**Dataset entries:**
▼▼▼

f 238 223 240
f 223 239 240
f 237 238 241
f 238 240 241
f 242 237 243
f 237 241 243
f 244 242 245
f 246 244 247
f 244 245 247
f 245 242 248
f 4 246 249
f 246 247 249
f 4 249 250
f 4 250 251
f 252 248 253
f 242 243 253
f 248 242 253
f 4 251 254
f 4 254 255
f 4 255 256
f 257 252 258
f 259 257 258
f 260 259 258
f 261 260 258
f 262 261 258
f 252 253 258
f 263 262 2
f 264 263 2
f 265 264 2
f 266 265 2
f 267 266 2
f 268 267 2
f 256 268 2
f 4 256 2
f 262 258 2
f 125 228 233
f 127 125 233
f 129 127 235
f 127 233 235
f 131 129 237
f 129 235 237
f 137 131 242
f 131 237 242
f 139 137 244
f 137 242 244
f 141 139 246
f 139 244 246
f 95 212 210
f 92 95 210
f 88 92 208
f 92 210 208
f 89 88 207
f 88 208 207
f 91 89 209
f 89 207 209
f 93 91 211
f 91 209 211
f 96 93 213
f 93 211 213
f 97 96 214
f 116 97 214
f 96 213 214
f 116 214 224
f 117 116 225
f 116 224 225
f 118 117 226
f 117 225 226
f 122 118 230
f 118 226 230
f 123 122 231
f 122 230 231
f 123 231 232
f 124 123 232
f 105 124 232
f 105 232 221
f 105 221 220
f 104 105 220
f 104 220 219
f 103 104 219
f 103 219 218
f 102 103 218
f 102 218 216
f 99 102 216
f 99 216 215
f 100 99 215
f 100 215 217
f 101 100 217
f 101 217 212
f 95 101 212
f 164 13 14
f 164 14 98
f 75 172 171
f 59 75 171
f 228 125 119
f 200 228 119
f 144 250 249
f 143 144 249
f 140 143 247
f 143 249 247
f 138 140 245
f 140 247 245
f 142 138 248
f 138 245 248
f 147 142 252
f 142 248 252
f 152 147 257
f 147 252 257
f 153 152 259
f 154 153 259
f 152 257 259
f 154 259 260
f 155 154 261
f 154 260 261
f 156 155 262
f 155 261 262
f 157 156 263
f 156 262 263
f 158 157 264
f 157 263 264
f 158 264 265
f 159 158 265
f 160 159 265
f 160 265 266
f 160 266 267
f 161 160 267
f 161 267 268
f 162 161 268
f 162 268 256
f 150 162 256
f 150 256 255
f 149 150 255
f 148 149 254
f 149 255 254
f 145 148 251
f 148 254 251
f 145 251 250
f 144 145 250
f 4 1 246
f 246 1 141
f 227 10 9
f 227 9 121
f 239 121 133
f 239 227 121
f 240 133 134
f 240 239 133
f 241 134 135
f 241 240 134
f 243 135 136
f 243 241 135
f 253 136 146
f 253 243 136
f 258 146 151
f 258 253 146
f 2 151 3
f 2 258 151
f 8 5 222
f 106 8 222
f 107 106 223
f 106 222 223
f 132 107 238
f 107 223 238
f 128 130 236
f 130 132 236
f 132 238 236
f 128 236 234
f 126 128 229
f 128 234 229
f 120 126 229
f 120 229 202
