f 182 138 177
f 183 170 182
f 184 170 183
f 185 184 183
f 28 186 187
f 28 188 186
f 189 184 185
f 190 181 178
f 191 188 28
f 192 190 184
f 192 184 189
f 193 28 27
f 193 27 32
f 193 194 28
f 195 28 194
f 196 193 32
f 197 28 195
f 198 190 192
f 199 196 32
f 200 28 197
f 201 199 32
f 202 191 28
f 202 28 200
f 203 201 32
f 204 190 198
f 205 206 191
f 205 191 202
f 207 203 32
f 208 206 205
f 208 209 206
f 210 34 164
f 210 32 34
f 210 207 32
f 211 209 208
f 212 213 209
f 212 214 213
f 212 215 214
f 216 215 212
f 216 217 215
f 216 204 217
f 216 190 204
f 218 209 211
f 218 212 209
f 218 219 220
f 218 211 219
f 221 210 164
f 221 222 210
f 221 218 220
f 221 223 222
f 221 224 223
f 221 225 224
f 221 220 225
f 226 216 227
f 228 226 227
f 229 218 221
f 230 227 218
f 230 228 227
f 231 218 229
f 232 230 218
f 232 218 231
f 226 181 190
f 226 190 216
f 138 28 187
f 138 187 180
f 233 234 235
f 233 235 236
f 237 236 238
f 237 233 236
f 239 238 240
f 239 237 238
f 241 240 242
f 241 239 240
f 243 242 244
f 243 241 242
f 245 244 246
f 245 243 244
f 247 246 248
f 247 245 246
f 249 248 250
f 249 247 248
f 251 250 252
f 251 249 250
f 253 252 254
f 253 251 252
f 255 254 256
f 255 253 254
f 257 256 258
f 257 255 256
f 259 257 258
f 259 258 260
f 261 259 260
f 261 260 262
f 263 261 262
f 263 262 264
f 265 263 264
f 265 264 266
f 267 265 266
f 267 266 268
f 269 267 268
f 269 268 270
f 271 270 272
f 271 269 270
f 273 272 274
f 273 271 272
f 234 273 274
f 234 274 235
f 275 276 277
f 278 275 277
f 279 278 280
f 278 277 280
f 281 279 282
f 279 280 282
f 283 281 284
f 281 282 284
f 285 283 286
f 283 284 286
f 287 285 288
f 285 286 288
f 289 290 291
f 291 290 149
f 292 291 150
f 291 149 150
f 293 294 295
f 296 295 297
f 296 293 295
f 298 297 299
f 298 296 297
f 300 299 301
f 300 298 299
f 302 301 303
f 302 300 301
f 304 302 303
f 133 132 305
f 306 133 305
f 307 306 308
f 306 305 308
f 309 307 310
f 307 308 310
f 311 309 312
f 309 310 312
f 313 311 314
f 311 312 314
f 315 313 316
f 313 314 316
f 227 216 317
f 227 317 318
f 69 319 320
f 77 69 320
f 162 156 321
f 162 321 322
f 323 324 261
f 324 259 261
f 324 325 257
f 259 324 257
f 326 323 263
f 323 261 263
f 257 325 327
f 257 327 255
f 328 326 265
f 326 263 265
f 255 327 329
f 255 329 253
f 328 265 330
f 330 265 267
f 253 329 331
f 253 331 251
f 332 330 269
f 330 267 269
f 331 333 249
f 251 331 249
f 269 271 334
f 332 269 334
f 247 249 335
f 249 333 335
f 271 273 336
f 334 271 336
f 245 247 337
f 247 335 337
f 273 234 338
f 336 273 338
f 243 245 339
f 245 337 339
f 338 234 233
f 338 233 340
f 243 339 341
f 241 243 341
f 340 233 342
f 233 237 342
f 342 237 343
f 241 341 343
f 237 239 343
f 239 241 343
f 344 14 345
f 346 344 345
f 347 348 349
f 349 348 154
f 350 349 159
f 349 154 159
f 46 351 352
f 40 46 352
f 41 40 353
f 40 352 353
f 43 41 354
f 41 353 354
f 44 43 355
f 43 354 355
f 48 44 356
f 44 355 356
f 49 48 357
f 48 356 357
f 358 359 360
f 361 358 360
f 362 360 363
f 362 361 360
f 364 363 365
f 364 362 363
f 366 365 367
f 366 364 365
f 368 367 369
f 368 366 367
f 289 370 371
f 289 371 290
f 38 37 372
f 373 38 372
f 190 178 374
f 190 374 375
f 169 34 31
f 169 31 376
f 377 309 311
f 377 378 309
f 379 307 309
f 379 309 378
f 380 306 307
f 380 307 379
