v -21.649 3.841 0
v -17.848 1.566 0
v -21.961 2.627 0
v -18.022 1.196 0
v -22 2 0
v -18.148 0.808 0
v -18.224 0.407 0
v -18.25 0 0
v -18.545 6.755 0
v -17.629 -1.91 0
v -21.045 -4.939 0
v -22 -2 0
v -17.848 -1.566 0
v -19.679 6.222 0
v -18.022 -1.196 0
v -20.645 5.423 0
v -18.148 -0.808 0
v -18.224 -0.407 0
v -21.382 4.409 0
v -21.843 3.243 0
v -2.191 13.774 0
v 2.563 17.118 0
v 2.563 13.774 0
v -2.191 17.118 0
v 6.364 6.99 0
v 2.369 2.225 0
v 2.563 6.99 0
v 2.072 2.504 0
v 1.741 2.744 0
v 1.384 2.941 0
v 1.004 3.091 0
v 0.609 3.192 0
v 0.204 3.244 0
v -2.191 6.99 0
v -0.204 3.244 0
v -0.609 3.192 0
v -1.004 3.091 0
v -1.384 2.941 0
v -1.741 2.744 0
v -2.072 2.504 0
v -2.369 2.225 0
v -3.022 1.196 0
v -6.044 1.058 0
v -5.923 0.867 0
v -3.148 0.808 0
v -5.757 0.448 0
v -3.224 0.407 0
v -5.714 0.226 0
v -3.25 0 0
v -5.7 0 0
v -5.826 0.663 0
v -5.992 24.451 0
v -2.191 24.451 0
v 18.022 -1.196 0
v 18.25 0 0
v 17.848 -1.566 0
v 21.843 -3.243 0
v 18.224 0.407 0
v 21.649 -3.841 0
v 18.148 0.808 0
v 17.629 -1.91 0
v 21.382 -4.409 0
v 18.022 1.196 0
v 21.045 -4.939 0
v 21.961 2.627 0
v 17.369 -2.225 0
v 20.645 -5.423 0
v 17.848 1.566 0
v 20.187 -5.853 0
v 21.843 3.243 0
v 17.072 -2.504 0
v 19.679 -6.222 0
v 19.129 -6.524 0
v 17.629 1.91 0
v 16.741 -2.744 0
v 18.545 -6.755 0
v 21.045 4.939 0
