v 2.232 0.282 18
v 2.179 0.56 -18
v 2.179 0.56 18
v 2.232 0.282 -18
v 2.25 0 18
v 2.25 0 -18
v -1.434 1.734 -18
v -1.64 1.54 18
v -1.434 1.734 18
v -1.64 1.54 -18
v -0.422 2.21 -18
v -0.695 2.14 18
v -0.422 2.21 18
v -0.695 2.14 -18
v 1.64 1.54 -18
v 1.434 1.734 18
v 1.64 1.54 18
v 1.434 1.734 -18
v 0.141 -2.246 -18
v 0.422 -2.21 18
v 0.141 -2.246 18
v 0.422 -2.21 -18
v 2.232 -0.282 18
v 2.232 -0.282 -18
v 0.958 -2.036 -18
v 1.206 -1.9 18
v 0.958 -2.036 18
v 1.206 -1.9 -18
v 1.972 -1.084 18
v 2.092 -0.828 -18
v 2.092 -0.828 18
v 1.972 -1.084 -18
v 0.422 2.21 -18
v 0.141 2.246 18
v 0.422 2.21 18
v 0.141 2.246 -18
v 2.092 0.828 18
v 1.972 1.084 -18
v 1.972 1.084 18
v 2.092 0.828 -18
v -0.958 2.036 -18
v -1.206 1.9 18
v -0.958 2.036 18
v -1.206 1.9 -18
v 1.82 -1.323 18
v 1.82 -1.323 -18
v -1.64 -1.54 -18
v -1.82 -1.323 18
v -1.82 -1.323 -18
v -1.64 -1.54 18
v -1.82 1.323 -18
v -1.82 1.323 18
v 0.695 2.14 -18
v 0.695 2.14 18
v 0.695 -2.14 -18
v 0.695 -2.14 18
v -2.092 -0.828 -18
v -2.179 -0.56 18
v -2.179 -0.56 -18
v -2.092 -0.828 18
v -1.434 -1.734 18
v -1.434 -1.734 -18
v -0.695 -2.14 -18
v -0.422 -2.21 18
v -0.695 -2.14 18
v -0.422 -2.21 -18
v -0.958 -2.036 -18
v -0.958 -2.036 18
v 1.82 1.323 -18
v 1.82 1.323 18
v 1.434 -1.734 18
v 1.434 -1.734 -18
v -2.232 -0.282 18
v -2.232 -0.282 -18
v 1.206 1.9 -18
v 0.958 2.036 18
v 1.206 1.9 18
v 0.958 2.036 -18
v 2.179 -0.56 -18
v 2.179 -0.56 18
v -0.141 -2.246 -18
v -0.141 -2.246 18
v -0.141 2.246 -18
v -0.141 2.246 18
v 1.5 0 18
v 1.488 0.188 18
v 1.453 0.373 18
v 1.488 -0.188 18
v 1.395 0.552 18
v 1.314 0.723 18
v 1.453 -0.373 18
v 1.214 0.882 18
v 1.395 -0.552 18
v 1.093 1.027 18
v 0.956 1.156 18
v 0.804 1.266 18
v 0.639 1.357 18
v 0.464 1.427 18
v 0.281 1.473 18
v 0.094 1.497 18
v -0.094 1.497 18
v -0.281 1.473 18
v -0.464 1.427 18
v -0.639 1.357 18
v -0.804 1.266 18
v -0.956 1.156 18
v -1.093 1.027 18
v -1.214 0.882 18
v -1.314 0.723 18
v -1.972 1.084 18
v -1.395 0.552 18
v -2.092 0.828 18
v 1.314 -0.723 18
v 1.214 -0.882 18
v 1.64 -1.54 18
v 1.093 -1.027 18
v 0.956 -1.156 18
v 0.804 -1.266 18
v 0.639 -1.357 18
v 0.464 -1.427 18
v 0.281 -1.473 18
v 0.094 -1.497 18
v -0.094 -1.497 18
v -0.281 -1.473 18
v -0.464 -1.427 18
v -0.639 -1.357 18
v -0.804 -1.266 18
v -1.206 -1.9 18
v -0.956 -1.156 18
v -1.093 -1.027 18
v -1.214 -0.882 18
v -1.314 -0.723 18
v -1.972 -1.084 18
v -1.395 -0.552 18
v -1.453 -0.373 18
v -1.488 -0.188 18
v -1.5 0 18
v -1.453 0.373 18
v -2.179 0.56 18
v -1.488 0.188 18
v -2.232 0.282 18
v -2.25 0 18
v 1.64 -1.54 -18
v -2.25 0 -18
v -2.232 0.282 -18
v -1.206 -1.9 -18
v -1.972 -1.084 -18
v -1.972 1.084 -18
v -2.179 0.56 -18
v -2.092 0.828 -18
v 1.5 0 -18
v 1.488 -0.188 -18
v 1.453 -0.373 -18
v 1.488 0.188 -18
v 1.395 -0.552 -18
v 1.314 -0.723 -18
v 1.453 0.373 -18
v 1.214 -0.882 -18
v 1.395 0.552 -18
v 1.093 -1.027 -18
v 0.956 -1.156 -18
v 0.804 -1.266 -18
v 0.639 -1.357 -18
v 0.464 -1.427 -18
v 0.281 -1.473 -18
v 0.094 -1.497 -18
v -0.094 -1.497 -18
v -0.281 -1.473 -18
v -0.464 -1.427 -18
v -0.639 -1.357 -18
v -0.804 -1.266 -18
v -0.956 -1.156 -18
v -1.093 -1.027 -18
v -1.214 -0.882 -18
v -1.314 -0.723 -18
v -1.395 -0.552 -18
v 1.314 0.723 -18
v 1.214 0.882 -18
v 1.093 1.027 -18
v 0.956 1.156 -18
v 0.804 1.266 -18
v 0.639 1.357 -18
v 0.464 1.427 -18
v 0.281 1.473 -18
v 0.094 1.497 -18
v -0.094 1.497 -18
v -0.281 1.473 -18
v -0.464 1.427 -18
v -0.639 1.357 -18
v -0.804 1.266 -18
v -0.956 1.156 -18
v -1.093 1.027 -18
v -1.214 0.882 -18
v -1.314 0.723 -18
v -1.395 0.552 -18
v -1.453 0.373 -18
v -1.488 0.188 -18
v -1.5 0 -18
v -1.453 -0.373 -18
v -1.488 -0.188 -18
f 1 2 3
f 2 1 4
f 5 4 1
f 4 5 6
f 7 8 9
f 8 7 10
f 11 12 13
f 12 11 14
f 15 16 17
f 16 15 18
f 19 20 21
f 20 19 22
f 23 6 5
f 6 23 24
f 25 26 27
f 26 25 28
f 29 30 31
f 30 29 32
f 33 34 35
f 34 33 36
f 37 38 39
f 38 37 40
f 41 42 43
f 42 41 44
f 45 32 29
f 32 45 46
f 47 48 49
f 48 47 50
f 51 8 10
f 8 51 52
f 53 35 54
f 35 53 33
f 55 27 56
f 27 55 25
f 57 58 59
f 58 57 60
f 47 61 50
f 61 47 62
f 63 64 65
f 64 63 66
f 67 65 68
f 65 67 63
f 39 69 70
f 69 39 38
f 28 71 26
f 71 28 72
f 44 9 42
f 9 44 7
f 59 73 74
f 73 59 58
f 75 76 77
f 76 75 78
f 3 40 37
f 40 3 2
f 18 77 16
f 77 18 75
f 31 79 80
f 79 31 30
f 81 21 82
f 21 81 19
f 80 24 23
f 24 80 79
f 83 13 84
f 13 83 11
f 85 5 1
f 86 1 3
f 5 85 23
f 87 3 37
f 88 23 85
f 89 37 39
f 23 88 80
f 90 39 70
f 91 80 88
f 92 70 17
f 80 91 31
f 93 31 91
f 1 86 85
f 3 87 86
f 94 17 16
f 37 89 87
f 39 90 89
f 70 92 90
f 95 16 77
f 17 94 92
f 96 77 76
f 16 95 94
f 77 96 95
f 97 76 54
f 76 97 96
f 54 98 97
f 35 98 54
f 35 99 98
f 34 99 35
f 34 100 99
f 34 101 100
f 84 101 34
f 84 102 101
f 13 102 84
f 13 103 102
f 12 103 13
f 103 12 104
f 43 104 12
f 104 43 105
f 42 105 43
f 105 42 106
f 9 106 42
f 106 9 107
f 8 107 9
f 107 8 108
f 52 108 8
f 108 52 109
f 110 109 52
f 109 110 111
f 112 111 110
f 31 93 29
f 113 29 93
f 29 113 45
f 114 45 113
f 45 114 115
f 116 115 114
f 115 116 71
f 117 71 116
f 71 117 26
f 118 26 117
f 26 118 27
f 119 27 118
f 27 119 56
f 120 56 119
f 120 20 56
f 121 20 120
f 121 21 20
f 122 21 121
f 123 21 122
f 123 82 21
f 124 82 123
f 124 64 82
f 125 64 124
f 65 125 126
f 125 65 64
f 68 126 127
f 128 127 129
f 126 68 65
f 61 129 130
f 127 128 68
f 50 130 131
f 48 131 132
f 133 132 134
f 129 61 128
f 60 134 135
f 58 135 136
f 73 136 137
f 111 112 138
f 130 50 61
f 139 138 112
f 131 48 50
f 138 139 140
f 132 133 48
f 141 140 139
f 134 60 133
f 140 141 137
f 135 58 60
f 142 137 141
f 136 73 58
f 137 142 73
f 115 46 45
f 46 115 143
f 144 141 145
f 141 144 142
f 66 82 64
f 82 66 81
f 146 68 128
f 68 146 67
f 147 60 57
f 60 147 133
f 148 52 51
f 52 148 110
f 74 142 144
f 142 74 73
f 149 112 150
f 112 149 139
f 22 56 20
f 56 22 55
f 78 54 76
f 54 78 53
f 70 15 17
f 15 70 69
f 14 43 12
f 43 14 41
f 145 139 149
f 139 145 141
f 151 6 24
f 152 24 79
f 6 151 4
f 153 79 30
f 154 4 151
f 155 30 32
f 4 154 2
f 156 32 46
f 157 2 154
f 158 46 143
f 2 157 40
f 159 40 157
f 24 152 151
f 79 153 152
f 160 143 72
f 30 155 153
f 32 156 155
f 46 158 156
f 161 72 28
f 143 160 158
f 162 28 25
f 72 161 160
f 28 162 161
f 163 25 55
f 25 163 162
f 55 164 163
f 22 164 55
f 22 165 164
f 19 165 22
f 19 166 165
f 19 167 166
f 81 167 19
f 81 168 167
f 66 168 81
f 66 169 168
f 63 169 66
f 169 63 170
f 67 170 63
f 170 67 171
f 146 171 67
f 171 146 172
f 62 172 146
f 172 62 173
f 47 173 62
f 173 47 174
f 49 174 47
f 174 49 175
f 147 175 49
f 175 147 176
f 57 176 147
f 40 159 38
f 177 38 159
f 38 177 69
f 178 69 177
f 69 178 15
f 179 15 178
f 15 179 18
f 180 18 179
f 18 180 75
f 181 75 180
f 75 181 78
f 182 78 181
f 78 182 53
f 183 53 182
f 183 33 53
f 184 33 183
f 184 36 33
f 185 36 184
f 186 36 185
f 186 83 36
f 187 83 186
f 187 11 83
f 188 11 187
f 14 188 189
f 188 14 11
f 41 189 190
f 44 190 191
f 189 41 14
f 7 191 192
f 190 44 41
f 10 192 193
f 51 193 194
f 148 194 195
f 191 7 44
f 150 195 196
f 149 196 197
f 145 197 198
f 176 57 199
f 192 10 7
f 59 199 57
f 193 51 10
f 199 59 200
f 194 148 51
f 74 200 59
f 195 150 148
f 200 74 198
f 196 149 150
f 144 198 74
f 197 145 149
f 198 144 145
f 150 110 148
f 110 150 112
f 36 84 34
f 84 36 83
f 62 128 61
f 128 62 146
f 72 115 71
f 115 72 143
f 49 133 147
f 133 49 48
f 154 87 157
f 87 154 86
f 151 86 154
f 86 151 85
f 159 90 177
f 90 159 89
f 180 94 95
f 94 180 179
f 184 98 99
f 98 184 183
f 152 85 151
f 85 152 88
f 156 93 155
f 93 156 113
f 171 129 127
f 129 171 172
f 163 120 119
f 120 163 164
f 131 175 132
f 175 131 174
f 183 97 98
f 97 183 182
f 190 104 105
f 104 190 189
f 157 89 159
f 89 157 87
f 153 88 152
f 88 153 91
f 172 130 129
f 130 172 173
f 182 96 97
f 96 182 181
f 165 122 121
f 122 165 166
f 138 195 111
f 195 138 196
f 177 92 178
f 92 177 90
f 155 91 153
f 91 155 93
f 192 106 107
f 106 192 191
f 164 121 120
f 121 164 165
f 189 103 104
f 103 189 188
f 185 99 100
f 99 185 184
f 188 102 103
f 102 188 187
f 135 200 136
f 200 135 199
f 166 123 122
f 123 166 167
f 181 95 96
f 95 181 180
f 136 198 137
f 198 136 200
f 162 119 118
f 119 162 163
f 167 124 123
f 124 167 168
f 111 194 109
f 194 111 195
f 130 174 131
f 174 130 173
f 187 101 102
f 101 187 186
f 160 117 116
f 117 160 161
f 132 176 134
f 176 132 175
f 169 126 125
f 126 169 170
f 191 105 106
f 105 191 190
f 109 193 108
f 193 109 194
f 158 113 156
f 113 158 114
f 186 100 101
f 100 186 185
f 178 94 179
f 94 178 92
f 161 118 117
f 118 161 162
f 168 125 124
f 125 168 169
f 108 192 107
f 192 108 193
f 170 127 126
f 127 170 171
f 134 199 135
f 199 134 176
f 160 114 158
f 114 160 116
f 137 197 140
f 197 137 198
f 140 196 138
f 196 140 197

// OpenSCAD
$fn = 50;


difference() {
	union() {
		translate(v = [0, 0, -18.0000000000]) {
			cylinder(h = 36, r = 2.2500000000);
		}
	}
	union() {
		translate(v = [0, 0, -100.0000000000]) {
			cylinder(h = 200, r = 1.5000000000);
		}
	}
}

▲▲▲

**Task prompt:** Above this instruction are the records; retype exactly the lines from the one containing "f 263 262 264" up to and including the one containing "v -21.961 2.627 0".

**Written response:**
f 263 262 264
f 265 263 264
f 265 264 266
f 267 265 266
f 267 266 268
f 269 267 268
f 269 268 270
f 271 270 272
f 271 269 270
f 273 272 274
f 273 271 272
f 234 273 274
f 234 274 235
f 275 276 277
f 278 275 277
f 279 278 280
f 278 277 280
f 281 279 282
f 279 280 282
f 283 281 284
f 281 282 284
f 285 283 286
f 283 284 286
f 287 285 288
f 285 286 288
f 289 290 291
f 291 290 149
f 292 291 150
f 291 149 150
f 293 294 295
f 296 295 297
f 296 293 295
f 298 297 299
f 298 296 297
f 300 299 301
f 300 298 299
f 302 301 303
f 302 300 301
f 304 302 303
f 133 132 305
f 306 133 305
f 307 306 308
f 306 305 308
f 309 307 310
f 307 308 310
f 311 309 312
f 309 310 312
f 313 311 314
f 311 312 314
f 315 313 316
f 313 314 316
f 227 216 317
f 227 317 318
f 69 319 320
f 77 69 320
f 162 156 321
f 162 321 322
f 323 324 261
f 324 259 261
f 324 325 257
f 259 324 257
f 326 323 263
f 323 261 263
f 257 325 327
f 257 327 255
f 328 326 265
f 326 263 265
f 255 327 329
f 255 329 253
f 328 265 330
f 330 265 267
f 253 329 331
f 253 331 251
f 332 330 269
f 330 267 269
f 331 333 249
f 251 331 249
f 269 271 334
f 332 269 334
f 247 249 335
f 249 333 335
f 271 273 336
f 334 271 336
f 245 247 337
f 247 335 337
f 273 234 338
f 336 273 338
f 243 245 339
f 245 337 339
f 338 234 233
f 338 233 340
f 243 339 341
f 241 243 341
f 340 233 342
f 233 237 342
f 342 237 343
f 241 341 343
f 237 239 343
f 239 241 343
f 344 14 345
f 346 344 345
f 347 348 349
f 349 348 154
f 350 349 159
f 349 154 159
f 46 351 352
f 40 46 352
f 41 40 353
f 40 352 353
f 43 41 354
f 41 353 354
f 44 43 355
f 43 354 355
f 48 44 356
f 44 355 356
f 49 48 357
f 48 356 357
f 358 359 360
f 361 358 360
f 362 360 363
f 362 361 360
f 364 363 365
f 364 362 363
f 366 365 367
f 366 364 365
f 368 367 369
f 368 366 367
f 289 370 371
f 289 371 290
f 38 37 372
f 373 38 372
f 190 178 374
f 190 374 375
f 169 34 31
f 169 31 376
f 377 309 311
f 377 378 309
f 379 307 309
f 379 309 378
f 380 306 307
f 380 307 379
v -21.649 3.841 0
v -17.848 1.566 0
v -21.961 2.627 0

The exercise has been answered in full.